Find the line with "v -1.4303 -0.6888 0" in the entries below, then reproduce it and every line after it down to and including the line with "v 1.517 0.4679 0", exactly.

▼

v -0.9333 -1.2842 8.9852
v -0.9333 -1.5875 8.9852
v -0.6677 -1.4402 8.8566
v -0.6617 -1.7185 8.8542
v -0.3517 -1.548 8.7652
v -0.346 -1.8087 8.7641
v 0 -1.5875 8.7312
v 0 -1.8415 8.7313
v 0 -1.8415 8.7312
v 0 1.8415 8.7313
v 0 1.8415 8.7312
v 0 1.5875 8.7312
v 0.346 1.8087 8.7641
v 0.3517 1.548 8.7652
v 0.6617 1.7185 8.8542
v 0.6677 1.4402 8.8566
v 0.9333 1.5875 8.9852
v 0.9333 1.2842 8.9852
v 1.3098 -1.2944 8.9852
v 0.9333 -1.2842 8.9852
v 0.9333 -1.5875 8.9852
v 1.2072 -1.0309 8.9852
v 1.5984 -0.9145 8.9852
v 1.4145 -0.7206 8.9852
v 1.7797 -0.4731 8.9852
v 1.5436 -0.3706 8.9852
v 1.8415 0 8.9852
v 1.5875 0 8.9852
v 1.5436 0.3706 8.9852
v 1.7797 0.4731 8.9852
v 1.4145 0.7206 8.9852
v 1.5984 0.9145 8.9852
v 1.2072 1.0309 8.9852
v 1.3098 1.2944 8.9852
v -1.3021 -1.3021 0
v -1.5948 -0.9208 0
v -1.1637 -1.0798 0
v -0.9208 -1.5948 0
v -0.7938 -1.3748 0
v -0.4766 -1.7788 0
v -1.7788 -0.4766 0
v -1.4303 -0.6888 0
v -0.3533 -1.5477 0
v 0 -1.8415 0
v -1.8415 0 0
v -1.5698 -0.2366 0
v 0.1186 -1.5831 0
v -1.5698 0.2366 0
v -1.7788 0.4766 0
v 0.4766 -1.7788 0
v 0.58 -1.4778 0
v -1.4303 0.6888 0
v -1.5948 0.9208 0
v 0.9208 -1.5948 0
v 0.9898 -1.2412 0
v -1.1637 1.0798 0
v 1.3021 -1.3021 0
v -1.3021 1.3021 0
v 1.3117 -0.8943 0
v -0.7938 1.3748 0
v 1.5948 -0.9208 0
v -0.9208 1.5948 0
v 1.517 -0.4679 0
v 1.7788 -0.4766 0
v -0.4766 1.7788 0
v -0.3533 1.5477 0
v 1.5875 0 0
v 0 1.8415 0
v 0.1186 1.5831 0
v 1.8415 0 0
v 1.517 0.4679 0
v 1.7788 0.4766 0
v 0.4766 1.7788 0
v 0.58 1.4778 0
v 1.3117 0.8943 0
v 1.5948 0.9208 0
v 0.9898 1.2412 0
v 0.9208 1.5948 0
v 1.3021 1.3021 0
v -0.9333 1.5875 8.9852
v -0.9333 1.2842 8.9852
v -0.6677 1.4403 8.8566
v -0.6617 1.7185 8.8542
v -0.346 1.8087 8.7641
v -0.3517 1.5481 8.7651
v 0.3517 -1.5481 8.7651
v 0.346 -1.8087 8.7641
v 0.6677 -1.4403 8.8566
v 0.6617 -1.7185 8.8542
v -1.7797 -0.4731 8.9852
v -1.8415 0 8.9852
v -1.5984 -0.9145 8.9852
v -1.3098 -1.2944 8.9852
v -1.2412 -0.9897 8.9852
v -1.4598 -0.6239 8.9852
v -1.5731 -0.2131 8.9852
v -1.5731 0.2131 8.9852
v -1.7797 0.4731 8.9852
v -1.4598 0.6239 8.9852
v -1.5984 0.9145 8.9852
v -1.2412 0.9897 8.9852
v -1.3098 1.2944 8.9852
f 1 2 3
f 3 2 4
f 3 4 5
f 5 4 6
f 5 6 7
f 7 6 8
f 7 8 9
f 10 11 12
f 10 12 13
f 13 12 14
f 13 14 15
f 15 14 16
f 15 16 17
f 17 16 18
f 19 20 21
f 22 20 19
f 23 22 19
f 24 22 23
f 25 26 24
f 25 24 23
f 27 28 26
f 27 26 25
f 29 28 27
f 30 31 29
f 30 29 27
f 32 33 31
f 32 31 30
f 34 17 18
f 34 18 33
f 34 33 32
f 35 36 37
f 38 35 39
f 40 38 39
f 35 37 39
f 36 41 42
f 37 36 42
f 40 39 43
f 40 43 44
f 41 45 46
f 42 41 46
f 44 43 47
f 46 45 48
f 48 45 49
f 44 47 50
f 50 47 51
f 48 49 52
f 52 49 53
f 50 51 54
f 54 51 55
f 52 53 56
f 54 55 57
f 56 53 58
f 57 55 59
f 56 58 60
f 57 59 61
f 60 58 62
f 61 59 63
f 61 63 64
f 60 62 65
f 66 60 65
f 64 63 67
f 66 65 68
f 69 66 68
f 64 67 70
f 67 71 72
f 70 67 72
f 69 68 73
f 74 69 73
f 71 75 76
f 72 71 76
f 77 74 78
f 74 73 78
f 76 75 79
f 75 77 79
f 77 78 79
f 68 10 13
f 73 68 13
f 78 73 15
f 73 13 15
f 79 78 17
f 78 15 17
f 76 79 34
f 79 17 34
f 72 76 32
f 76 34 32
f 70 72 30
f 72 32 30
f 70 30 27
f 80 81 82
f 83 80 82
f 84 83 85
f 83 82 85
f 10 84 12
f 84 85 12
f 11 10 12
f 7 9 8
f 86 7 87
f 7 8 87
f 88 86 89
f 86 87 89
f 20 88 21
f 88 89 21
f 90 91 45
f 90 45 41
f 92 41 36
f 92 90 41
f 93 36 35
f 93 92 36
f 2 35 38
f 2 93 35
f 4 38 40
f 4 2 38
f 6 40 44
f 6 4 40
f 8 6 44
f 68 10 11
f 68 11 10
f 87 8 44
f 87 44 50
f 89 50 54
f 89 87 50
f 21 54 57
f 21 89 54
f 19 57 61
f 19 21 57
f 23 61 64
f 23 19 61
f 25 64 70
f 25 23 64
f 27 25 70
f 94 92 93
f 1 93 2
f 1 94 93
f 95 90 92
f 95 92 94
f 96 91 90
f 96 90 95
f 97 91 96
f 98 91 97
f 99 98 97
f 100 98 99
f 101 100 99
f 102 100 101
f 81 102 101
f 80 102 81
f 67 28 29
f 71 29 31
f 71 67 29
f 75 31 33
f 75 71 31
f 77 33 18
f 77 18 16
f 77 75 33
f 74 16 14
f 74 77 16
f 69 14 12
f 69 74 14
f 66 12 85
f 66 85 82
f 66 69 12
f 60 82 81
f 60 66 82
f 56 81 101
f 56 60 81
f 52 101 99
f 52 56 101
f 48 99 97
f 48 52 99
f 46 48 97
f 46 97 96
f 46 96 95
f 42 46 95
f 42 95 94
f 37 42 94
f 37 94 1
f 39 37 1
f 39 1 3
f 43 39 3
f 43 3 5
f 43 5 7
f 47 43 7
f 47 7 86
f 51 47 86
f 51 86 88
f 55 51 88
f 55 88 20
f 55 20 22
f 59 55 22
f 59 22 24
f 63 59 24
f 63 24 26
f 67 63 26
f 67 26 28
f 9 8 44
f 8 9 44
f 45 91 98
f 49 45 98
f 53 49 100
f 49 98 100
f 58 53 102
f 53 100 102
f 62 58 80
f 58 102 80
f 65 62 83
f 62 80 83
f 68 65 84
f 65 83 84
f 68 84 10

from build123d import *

# Parameters (mm, degrees)
F0_W     = 3.683
F0_H     = 3.683
F0_R     = 1.5875
F1_DEPTH = 8.98525
F3_DEPTH = 3.683
F4_R     = 1.84149


# Not quite as in the source:
# - a fillet or chamfer is up to 0.001 mm smaller than in the source, because OpenCascade refuses the exact size


with BuildPart() as f1:
    # F0 (on Top) → F1 (new body)
    with BuildSketch(Plane.XY):
        Rectangle(F0_W, F0_H)
        Circle(F0_R, mode=Mode.SUBTRACT)
    extrude(amount=F1_DEPTH)

    # F2 (on face) → F3 (cut, through all)
    with BuildSketch(Plane.XZ.offset(1.8415)):
        with BuildLine():
            Line((0, 8.98525), (-0.933255592, 8.98525))
            ThreePointArc((-0.933255592, 8.98525), (-0.4836015922, 8.7958842904), (0, 8.73125))
            Line((0, 8.73125), (0, 8.98525))
        make_face()
        with BuildLine():
            Line((0, 8.98525), (0, 8.73125))
            ThreePointArc((0, 8.73125), (0.4836015922, 8.7958842904), (0.933255592, 8.98525))
            Line((0.933255592, 8.98525), (0, 8.98525))
        make_face()
    extrude(amount=-F3_DEPTH, mode=Mode.SUBTRACT)

    # F4 (radius 1.8415 in the source; OpenCascade refuses exactly that, so slightly less here)
    f4_edges = [f1.edges().sort_by_distance(p)[0] for p in [
        (-1.8415, -1.8415, 4.492625),
        (1.8415, -1.8415, 4.492625),
        (1.8415, 1.8415, 4.492625),
        (-1.8415, 1.8415, 4.492625),
    ]]
    fillet(f4_edges, radius=F4_R)


solid = f1.part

▲

Output for this exercise:
v -1.4303 -0.6888 0
v -0.3533 -1.5477 0
v 0 -1.8415 0
v -1.8415 0 0
v -1.5698 -0.2366 0
v 0.1186 -1.5831 0
v -1.5698 0.2366 0
v -1.7788 0.4766 0
v 0.4766 -1.7788 0
v 0.58 -1.4778 0
v -1.4303 0.6888 0
v -1.5948 0.9208 0
v 0.9208 -1.5948 0
v 0.9898 -1.2412 0
v -1.1637 1.0798 0
v 1.3021 -1.3021 0
v -1.3021 1.3021 0
v 1.3117 -0.8943 0
v -0.7938 1.3748 0
v 1.5948 -0.9208 0
v -0.9208 1.5948 0
v 1.517 -0.4679 0
v 1.7788 -0.4766 0
v -0.4766 1.7788 0
v -0.3533 1.5477 0
v 1.5875 0 0
v 0 1.8415 0
v 0.1186 1.5831 0
v 1.8415 0 0
v 1.517 0.4679 0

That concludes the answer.